We exchanged into the Liki Tiki about four years ago and will never return.  Like you, we loved the appeal of the water park.  Well, the water park was the only thing that I could say anything nice about.  The unit we had was a dump - broken furniture, stained furniture and carpeting (even after I had them come shampoo it), bugs all over the unit (ants, spiders, roaches), and the beds were so uncomfortable I think they were twenty years old with stuff jabbing me in the back.  I politely complained while I was there, and then when we returned home, I wrote a letter to both II and the resort's corporate office and wasn't even given the satisfaction of an acknowledgement response.  

Now, I could have gotten the one rotten apple, because there are people that think (even then) that Liki Tiki is great!  But I can only go on my experience, and since it was so bad, I wouldn't give it another chance if they gave it to me for free.  I wouldn't even give it two stars, let alone five.  

Good Luck.


----------



## AwayWeGo (Aug 26, 2007)

*Goodbye Isle Of Bali Ron Jon Liki Tiki.  Hello Cypress Pointe.*




borntotravel said:


> We exchanged into the Liki Tiki about four years ago and will never return.  Like you, we loved the appeal of the water park.  Well, the water park was the only thing that I could say anything nice about.  The unit we had was a dump - broken furniture, stained furniture and carpeting (even after I had them come shampoo it), bugs all over the unit (ants, spiders, roaches), and the beds were so uncomfortable I think they were twenty years old with stuff jabbing me in the back.  I politely complained while I was there, and then when we returned home, I wrote a letter to both II and the resort's corporate office and wasn't even given the satisfaction of an acknowledgement response.
> 
> Now, I could have gotten the one rotten apple, because there are people that think (even then) that Liki Tiki is great!  But I can only go on my experience, and since it was so bad, I wouldn't give it another chance if they gave it to me for free.  I wouldn't even give it two stars, let alone five.

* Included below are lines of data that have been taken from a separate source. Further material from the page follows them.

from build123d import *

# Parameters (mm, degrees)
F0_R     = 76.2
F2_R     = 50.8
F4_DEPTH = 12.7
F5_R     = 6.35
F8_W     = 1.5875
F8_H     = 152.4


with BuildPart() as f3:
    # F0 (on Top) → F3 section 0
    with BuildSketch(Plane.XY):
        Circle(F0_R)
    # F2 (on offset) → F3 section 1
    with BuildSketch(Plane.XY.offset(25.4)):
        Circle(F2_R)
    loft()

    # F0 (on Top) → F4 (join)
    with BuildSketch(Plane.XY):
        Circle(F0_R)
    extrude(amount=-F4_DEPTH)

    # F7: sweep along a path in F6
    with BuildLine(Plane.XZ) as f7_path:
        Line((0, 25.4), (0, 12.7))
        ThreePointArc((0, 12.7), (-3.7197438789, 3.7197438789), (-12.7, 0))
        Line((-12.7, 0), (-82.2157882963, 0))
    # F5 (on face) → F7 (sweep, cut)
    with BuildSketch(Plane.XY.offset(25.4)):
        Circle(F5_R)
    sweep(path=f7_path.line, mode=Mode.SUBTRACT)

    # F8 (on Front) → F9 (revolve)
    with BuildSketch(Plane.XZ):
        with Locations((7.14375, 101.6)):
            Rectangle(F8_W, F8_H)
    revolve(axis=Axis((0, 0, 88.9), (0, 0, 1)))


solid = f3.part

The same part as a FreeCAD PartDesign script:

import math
import FreeCAD as App
import Part
import Sketcher

V = App.Vector
Q = App.Units.Quantity


def add_polygon(sketch, points):
    """Adds a closed chain of lines whose ends are joined by coincident constraints."""
    first, n = sketch.GeometryCount, len(points)
    for a, b in zip(points, points[1:] + points[:1]):
        sketch.addGeometry(Part.LineSegment(App.Vector(*a, 0), App.Vector(*b, 0)), False)
    for i in range(n):
        sketch.addConstraint(Sketcher.Constraint("Coincident", first + i, 2, first + (i + 1) % n, 1))

doc = App.newDocument("Part")
body = doc.addObject("PartDesign::Body", "Body")

sketch1 = doc.addObject("Sketcher::SketchObject", "Sketch")
body.addObject(sketch1)
sketch1.AttachmentSupport = (doc.XY_Plane, [""])
sketch1.MapMode = "FlatFace"
sketch1.addGeometry(Part.Circle(V(0, 0, 0), V(0, 0, 1), 76.2), False)
sketch1.addConstraint([
    Sketcher.Constraint("Coincident", 0, 3, -1, 1),
    Sketcher.Constraint("Diameter", 0, Q("6 in")),
])

sketch2 = doc.addObject("Sketcher::SketchObject", "Sketch001")
body.addObject(sketch2)
sketch2.AttachmentSupport = (doc.XY_Plane, [""])
sketch2.MapMode = "FlatFace"
sketch2.AttachmentOffset = App.Placement(V(0, 0, 1 * 25.4), App.Rotation())
sketch2.addGeometry(Part.Circle(V(0, 0, 0), V(0, 0, 1), 50.8), False)
sketch2.addConstraint([
    Sketcher.Constraint("Coincident", 0, 3, -1, 1),
    Sketcher.Constraint("Diameter", 0, Q("4 in")),
])

additiveloft = doc.addObject("PartDesign::AdditiveLoft", "AdditiveLoft")
body.addObject(additiveloft)
additiveloft.Profile = sketch1
additiveloft.Sections = [sketch2]

sketch3 = doc.addObject("Sketcher::SketchObject", "Sketch002")
body.addObject(sketch3)
sketch3.AttachmentSupport = (doc.XY_Plane, [""])
sketch3.MapMode = "FlatFace"
sketch3.addGeometry(Part.Circle(V(0, 0, 0), V(0, 0, 1), 76.2), False)
sketch3.addConstraint([
    Sketcher.Constraint("Coincident", 0, 3, -1, 1),
    Sketcher.Constraint("Diameter", 0, Q("6 in")),
])
pad1 = doc.addObject("PartDesign::Pad", "Pad")
body.addObject(pad1)
pad1.Profile = sketch3
pad1.Length = Q("0.5 in")
pad1.Reversed = True

sketch4 = doc.addObject("Sketcher::SketchObject", "Sketch003")
body.addObject(sketch4)
sketch4.AttachmentSupport = (doc.XY_Plane, [""])
sketch4.MapMode = "FlatFace"
sketch4.AttachmentOffset = App.Placement(V(0, 0, 1 * 25.4), App.Rotation())
sketch4.addGeometry(Part.Circle(V(0, 0, 0), V(0, 0, 1), 6.35), False)
sketch4.addConstraint([
    Sketcher.Constraint("Coincident", 0, 3, -1, 1),
    Sketcher.Constraint("Diameter", 0, Q("0.5 in")),
])

sketch5 = doc.addObject("Sketcher::SketchObject", "Sketch004")
body.addObject(sketch5)
sketch5.AttachmentSupport = (doc.XZ_Plane, [""])
sketch5.MapMode = "FlatFace"
sketch5.addGeometry([
    Part.LineSegment(V(0, 25.4, 0), V(0, 12.7, 0)),
    Part.ArcOfCircle(Part.Circle(V(-12.7, 12.7, 0), V(0, 0, 1), 12.7), math.radians(-90), math.radians(0)),
    Part.LineSegment(V(-12.7, 0, 0), V(-82.215788, 0, 0)),
], False)
sketch5.addConstraint([
    Sketcher.Constraint("Tangent", 0, 2, 1, 2),
    Sketcher.Constraint("Tangent", 1, 1, 2, 1),
    Sketcher.Constraint("Vertical", 0),
    Sketcher.Constraint("Horizontal", 2),
    Sketcher.Constraint("PointOnObject", 0, 1, -2),
    Sketcher.Constraint("PointOnObject", 1, 1, -1),
    Sketcher.Constraint("Radius", 1, Q("0.5 in")),
    Sketcher.Constraint("DistanceY", 0, 2, 0, 1, Q("0.5 in")),
    Sketcher.Constraint("DistanceX", 2, 2, 2, 1, Q("69.515788 mm")),
])
doc.recompute()

subtractivepipe = doc.addObject("PartDesign::SubtractivePipe", "SubtractivePipe")
body.addObject(subtractivepipe)
subtractivepipe.Profile = sketch4
subtractivepipe.Spine = (sketch5, ["Edge1", "Edge2", "Edge3"])

sketch6 = doc.addObject("Sketcher::SketchObject", "Sketch005")
body.addObject(sketch6)
sketch6.AttachmentSupport = (doc.XZ_Plane, [""])
sketch6.MapMode = "FlatFace"
add_polygon(sketch6, [(6.35, 177.8), (6.35, 25.4), (7.9375, 25.4), (7.9375, 177.8)])
sketch6.addConstraint([
    Sketcher.Constraint("Vertical", 0),
    Sketcher.Constraint("Horizontal", 1),
    Sketcher.Constraint("Vertical", 2),
    Sketcher.Constraint("Horizontal", 3),
    Sketcher.Constraint("DistanceY", 0, 2, 0, 1, Q("6 in")),
    Sketcher.Constraint("DistanceY", -1, 1, 0, 2, Q("1 in")),
    Sketcher.Constraint("DistanceX", 1, 1, 1, 2, Q("0.0625 in")),
    Sketcher.Constraint("DistanceX", -1, 1, 0, 2, Q("0.25 in")),
])
revolution = doc.addObject("PartDesign::Revolution", "Revolution")
body.addObject(revolution)
revolution.Profile = sketch6
revolution.ReferenceAxis = (sketch6, ["V_Axis"])
revolution.Angle = 360

doc.recompute()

Whoa -- to think we came _this close_ to buying a resale 2BR every-year fixed-week Liki Tiki unit in 2002 for $6*,*500*,* sight unseen.  (That was right after we 1st caught on to the wisdom of buying timeshares resale, which happened in a flash of insight when we saw a billboard advertising timeshare resales on our way back to our motel immediately following a timeshare sales tour at Vacation Village At Parkway.) 

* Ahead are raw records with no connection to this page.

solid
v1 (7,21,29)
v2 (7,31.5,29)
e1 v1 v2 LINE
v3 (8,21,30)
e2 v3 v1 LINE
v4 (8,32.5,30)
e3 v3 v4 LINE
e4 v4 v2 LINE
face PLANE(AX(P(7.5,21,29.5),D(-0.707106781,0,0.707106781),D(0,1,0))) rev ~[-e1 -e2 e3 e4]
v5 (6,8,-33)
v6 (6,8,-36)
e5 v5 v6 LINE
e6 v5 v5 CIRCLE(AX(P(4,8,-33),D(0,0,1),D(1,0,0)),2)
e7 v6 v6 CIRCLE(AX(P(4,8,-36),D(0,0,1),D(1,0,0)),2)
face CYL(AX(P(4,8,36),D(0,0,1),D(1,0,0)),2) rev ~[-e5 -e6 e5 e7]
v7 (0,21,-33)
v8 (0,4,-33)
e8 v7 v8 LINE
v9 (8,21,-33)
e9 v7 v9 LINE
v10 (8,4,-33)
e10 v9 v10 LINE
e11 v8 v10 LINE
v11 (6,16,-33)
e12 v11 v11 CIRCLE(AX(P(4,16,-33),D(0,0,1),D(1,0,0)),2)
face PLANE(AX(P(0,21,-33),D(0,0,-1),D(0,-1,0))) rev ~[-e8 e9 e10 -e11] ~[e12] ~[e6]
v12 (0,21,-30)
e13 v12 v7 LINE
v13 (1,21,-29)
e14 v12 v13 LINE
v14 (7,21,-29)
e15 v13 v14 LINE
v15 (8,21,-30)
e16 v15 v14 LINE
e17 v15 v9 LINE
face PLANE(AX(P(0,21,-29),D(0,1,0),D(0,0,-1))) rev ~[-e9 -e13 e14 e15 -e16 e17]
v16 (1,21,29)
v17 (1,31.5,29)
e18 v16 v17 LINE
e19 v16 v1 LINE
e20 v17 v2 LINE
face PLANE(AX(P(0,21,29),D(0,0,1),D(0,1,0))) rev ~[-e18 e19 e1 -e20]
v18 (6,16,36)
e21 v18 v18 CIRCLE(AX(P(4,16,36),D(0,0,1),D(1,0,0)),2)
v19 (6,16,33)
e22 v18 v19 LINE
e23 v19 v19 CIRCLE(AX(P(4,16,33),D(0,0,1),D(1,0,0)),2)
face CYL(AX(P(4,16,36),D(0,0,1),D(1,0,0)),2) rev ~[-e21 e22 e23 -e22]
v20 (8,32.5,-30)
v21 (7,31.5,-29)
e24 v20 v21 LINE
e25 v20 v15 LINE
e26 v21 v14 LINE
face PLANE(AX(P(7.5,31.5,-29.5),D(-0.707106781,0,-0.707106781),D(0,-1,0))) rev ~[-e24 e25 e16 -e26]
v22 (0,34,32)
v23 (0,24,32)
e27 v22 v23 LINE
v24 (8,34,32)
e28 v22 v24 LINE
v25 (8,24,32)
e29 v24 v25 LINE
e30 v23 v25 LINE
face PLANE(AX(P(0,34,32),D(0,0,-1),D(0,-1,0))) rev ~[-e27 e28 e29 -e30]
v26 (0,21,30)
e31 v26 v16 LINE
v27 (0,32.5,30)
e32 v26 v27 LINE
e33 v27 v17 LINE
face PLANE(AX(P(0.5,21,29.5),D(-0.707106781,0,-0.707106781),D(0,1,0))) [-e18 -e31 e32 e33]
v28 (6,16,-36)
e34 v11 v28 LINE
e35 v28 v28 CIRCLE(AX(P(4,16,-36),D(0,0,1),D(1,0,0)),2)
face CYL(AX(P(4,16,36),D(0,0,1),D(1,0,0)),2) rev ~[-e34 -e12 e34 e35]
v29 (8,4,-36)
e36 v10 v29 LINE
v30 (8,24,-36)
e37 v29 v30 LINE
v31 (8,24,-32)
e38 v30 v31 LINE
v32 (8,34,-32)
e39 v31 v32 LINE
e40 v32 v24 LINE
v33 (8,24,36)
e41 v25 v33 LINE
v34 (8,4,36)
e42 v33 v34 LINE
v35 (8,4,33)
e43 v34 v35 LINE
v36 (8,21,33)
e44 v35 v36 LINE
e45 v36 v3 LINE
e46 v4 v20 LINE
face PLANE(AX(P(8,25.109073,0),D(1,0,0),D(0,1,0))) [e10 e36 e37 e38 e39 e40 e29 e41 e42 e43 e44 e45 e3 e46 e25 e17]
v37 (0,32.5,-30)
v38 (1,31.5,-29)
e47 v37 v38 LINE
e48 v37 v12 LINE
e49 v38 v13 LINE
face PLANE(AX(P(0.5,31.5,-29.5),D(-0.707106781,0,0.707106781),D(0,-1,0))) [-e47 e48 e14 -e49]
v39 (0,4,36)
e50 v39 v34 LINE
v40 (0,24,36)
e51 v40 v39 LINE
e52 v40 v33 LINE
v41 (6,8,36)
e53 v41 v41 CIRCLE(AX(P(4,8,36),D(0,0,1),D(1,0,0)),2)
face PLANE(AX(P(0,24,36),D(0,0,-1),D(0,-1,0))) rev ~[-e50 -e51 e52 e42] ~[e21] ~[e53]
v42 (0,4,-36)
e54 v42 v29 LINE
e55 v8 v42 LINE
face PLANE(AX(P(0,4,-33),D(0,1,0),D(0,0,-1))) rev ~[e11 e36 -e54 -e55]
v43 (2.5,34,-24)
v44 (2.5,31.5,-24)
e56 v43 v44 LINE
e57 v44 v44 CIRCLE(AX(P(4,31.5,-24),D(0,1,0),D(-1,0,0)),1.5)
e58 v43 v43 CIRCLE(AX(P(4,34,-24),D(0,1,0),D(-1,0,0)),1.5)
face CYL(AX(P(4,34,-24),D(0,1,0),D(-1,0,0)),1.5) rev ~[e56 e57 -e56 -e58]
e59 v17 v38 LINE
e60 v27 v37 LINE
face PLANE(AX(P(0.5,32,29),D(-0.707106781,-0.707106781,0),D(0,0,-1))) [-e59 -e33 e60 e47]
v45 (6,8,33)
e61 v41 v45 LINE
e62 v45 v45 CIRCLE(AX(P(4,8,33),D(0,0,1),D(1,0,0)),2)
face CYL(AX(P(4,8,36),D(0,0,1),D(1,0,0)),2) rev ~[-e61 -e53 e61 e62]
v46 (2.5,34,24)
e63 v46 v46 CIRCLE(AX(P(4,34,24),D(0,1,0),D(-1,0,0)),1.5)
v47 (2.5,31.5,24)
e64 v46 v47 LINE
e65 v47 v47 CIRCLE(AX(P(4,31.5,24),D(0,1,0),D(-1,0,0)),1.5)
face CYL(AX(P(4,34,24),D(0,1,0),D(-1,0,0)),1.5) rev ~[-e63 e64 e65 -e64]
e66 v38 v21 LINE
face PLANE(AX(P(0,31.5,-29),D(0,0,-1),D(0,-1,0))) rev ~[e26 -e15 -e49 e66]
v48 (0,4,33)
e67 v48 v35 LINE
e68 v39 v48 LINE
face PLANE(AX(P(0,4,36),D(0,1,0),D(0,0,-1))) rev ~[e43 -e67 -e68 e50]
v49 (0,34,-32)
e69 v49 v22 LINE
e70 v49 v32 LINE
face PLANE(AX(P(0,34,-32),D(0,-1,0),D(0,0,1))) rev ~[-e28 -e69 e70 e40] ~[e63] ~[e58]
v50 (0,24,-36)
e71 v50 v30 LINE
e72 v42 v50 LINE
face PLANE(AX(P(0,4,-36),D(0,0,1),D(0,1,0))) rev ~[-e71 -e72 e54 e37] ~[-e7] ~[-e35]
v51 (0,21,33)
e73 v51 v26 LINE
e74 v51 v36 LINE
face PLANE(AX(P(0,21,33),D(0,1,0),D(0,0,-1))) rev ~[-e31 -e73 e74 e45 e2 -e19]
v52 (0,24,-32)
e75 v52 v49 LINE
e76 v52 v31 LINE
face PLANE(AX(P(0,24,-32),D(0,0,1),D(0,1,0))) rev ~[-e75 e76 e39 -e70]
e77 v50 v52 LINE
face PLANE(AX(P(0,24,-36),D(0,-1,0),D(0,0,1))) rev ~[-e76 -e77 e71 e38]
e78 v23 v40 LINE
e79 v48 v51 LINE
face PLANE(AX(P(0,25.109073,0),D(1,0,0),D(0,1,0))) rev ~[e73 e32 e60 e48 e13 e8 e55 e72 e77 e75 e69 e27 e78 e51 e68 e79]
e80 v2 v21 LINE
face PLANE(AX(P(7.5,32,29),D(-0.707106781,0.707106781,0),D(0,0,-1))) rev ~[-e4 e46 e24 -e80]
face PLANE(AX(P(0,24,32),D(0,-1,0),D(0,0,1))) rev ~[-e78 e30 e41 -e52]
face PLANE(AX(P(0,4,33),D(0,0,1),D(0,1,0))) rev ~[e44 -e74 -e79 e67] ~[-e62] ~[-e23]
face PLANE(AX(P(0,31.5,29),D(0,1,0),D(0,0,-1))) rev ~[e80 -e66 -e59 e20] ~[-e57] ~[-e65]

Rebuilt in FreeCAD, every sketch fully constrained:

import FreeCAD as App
import Part
import Sketcher

V = App.Vector
Q = App.Units.Quantity


def edges_at(feature, points):
    """Names of the edges that pass closest to the given points."""
    edges = feature.Shape.Edges
    near = lambda p: min(range(len(edges)), key=lambda i: edges[i].distToShape(Part.Vertex(*p))[0])
    return sorted({f"Edge{near(p) + 1}" for p in points})


def add_polygon(sketch, points):
    """Adds a closed chain of lines whose ends are joined by coincident constraints."""
    first, n = sketch.GeometryCount, len(points)
    for a, b in zip(points, points[1:] + points[:1]):
        sketch.addGeometry(Part.LineSegment(App.Vector(*a, 0), App.Vector(*b, 0)), False)
    for i in range(n):
        sketch.addConstraint(Sketcher.Constraint("Coincident", first + i, 2, first + (i + 1) % n, 1))

doc = App.newDocument("Part")
body = doc.addObject("PartDesign::Body", "Body")

# Sketch on YZ plane
sketch1 = body.newObject("Sketcher::SketchObject", "Sketch")
sketch1.AttachmentSupport = (doc.getObject("YZ_Plane"), [""])
sketch1.MapMode = "FlatFace"
add_polygon(sketch1, [(24, 36), (4, 36), (4, 33), (21, 33), (21, 29), (31.5, 29), (31.5, -29), (21, -29), (21, -33), (4, -33), (4, -36), (24, -36), (24, -32), (34, -32), (34, 32), (24, 32)])  # lines 0-15
sketch1.addConstraint(Sketcher.Constraint("Horizontal", 0))
sketch1.addConstraint(Sketcher.Constraint("Vertical", 1))
sketch1.addConstraint(Sketcher.Constraint("Horizontal", 2))
sketch1.addConstraint(Sketcher.Constraint("Vertical", 3))
sketch1.addConstraint(Sketcher.Constraint("Horizontal", 4))
sketch1.addConstraint(Sketcher.Constraint("Vertical", 5))
sketch1.addConstraint(Sketcher.Constraint("Horizontal", 6))
sketch1.addConstraint(Sketcher.Constraint("Vertical", 7))
sketch1.addConstraint(Sketcher.Constraint("Horizontal", 8))
sketch1.addConstraint(Sketcher.Constraint("Vertical", 9))
sketch1.addConstraint(Sketcher.Constraint("Horizontal", 10))
sketch1.addConstraint(Sketcher.Constraint("Vertical", 11))
sketch1.addConstraint(Sketcher.Constraint("Horizontal", 12))
sketch1.addConstraint(Sketcher.Constraint("Vertical", 13))
sketch1.addConstraint(Sketcher.Constraint("Horizontal", 14))
sketch1.addConstraint(Sketcher.Constraint("Vertical", 15))
sketch1.addConstraint(Sketcher.Constraint("Symmetric", 3, 2, 6, 2, -1))
sketch1.addConstraint(Sketcher.Constraint("Symmetric", 1, 2, 8, 2, -1))
sketch1.addConstraint(Sketcher.Constraint("Symmetric", 11, 2, 14, 2, -1))
sketch1.addConstraint(Sketcher.Constraint("Equal", 1, 9))
sketch1.addConstraint(Sketcher.Constraint("Equal", 7, 11))
sketch1.addConstraint(Sketcher.Constraint("DistanceX", 0, 2, 0, 1, Q("20 mm")))
sketch1.addConstraint(Sketcher.Constraint("DistanceX", 2, 1, 2, 2, Q("17 mm")))
sketch1.addConstraint(Sketcher.Constraint("DistanceX", 12, 1, 12, 2, Q("10 mm")))
sketch1.addConstraint(Sketcher.Constraint("DistanceY", 1, 2, 1, 1, Q("3 mm")))
sketch1.addConstraint(Sketcher.Constraint("DistanceY", 3, 2, 3, 1, Q("4 mm")))
sketch1.addConstraint(Sketcher.Constraint("DistanceY", 5, 2, 5, 1, Q("58 mm")))
sketch1.addConstraint(Sketcher.Constraint("DistanceX", 4, 1, 4, 2, Q("10.5 mm")))
sketch1.addConstraint(Sketcher.Constraint("DistanceX", -1, 1, 0, 2, Q("4 mm")))
pad1 = body.newObject("PartDesign::Pad", "Pad")
pad1.Profile = sketch1
pad1.Length = 8

# Sketch on XY plane
sketch2 = body.newObject("Sketcher::SketchObject", "Sketch001")
sketch2.AttachmentSupport = (doc.getObject("XY_Plane"), [""])
sketch2.MapMode = "FlatFace"
sketch2.AttachmentOffset = App.Placement(V(0, 0, 36), App.Rotation())
add_polygon(sketch2, [(0, 4), (0, -1), (6, -1), (6, 4)])  # lines 0-3
sketch2.addConstraint(Sketcher.Constraint("Vertical", 0))
sketch2.addConstraint(Sketcher.Constraint("Horizontal", 1))
sketch2.addConstraint(Sketcher.Constraint("Vertical", 2))
sketch2.addConstraint(Sketcher.Constraint("Horizontal", 3))
sketch2.addConstraint(Sketcher.Constraint("PointOnObject", 0, 2, -2))
sketch2.addConstraint(Sketcher.Constraint("DistanceY", 0, 2, 0, 1, Q("5 mm")))
sketch2.addConstraint(Sketcher.Constraint("DistanceY", 0, 2, -1, 1, Q("1 mm")))
sketch2.addConstraint(Sketcher.Constraint("DistanceX", 1, 1, 1, 2, Q("6.02 mm")))
pocket1 = body.newObject("PartDesign::Pocket", "Pocket")
pocket1.Profile = sketch2
pocket1.Length = 72

# Sketch on XZ plane
sketch3 = body.newObject("Sketcher::SketchObject", "Sketch002")
sketch3.AttachmentSupport = (doc.getObject("XZ_Plane"), [""])
sketch3.MapMode = "FlatFace"
sketch3.AttachmentOffset = App.Placement(V(0, 0, -34), App.Rotation())
sketch3.addGeometry(Part.Circle(V(4, 24, 0), V(0, 0, 1), 1.5), False)
sketch3.addGeometry(Part.Circle(V(4, -24, 0), V(0, 0, 1), 1.5), False)
sketch3.addConstraint(Sketcher.Constraint("Equal", 0, 1))
sketch3.addConstraint(Sketcher.Constraint("Symmetric", 0, 3, 1, 3, -1))
sketch3.addConstraint(Sketcher.Constraint("Diameter", 0, Q("3 mm")))
sketch3.addConstraint(Sketcher.Constraint("DistanceX", -1, 1, 0, 3, Q("4 mm")))
sketch3.addConstraint(Sketcher.Constraint("DistanceY", -1, 1, 0, 3, Q("24 mm")))
pocket2 = body.newObject("PartDesign::Pocket", "Pocket001")
pocket2.Profile = sketch3
pocket2.Length = 25
pocket2.Reversed = True

# Sketch on XY plane
sketch4 = body.newObject("Sketcher::SketchObject", "Sketch003")
sketch4.AttachmentSupport = (doc.getObject("XY_Plane"), [""])
sketch4.MapMode = "FlatFace"
sketch4.AttachmentOffset = App.Placement(V(0, 0, 36), App.Rotation())
sketch4.addGeometry(Part.Circle(V(4, 16, 0), V(0, 0, 1), 2), False)
sketch4.addGeometry(Part.Circle(V(4, 8, 0), V(0, 0, 1), 2), False)
sketch4.addConstraint(Sketcher.Constraint("Equal", 0, 1))
sketch4.addConstraint(Sketcher.Constraint("Vertical", 0, 3, 1, 3))
sketch4.addConstraint(Sketcher.Constraint("Diameter", 0, Q("4 mm")))
sketch4.addConstraint(Sketcher.Constraint("DistanceX", -1, 1, 0, 3, Q("4 mm")))
sketch4.addConstraint(Sketcher.Constraint("DistanceY", -1, 1, 0, 3, Q("16 mm")))
sketch4.addConstraint(Sketcher.Constraint("DistanceY", -1, 1, 1, 3, Q("8 mm")))
pocket3 = body.newObject("PartDesign::Pocket", "Pocket002")
pocket3.Profile = sketch4
pocket3.Length = 72
doc.recompute()

chamfer = body.newObject("PartDesign::Chamfer", "Chamfer")
chamfer.Base = (pocket3, edges_at(pocket3, [
    (8, 31.5, 0),
    (0, 31.5, 0),
    (8, 26.25, 29),
    (0, 26.25, 29),
    (8, 26.25, -29),
    (0, 26.25, -29),
]))
chamfer.Size = 1

doc.recompute()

Liki Tiki at the time was called Isle Of Bali.  While we were in negotiations to buy there resale (via telephone, through a Century 21 affiliate, as I recall) the timeshare's name changed to Ron Jon.  Later on it became Liki Tiki.  (The name change information is merely trivia -- had nothing to do with not closing the deal.) 

Even without hearing or reading anything negative about Liki Tiki, we're still extremely pleased with what we bought instead of Liki Tiki -- an Orlando floating 3BR lock-off every-year timeshare week for about $3*,*000 less than what we were about to pay for a Liki Tiki 2BR.  I'd like to claim it was shrewdless & insight on our part that waved us off Liki Tiki & aimed us at our outstanding 3BR lock-off instead -- I could claim it, but the claim would be false.  The truth is, we just lucked out. 

Once when we were vacationing in Orlando at another timeshare, we wanted to get an up close & in person look at the Liki Tiki water park.  The security guy at the entrance didn't want to let us in just to look around -- said we had to sign up for a timeshare tour if we were interested in seeing the resort.  We said we didn't want to see the whole resort, just the water park.  Later on we did come back & park & get out of the car & go look at the water park -- I can't remember whether a different security person just said OK, or exactly how we got past the front gate.  Anyway, the water park looked great.  I'm sorry to hear about people's unfortunate experiences with the actual Liki Tiki condo units. 

During our 1st timeshare exchange (into Vistana Orlando, 2003), we signed up for a Vistana sales tour.  We were shown Vistana Villages & were appropriately _wowed_ at the luxury & beauty of the place -- the units, the grounds, the pool, the whole resort.  We didn't buy, but we did form a desire to stay at Vistana Villages on exchange some time in the future.  That happened January 2007 on RCI _Instant Exchange_ for 7*,*500 points.  By then, the original section of Vistana Villages was complete, ditto the newer Keys section, & an even newer section was nearing completion.  (Our _Instant Exchang_e 2BR unit was in The Keys.)  That was easily our all-time best timeshare exchange.  Who'd a-thunk?  

-- Alan Cole, McLean (Fairfax County), Virginia, USA.​


----------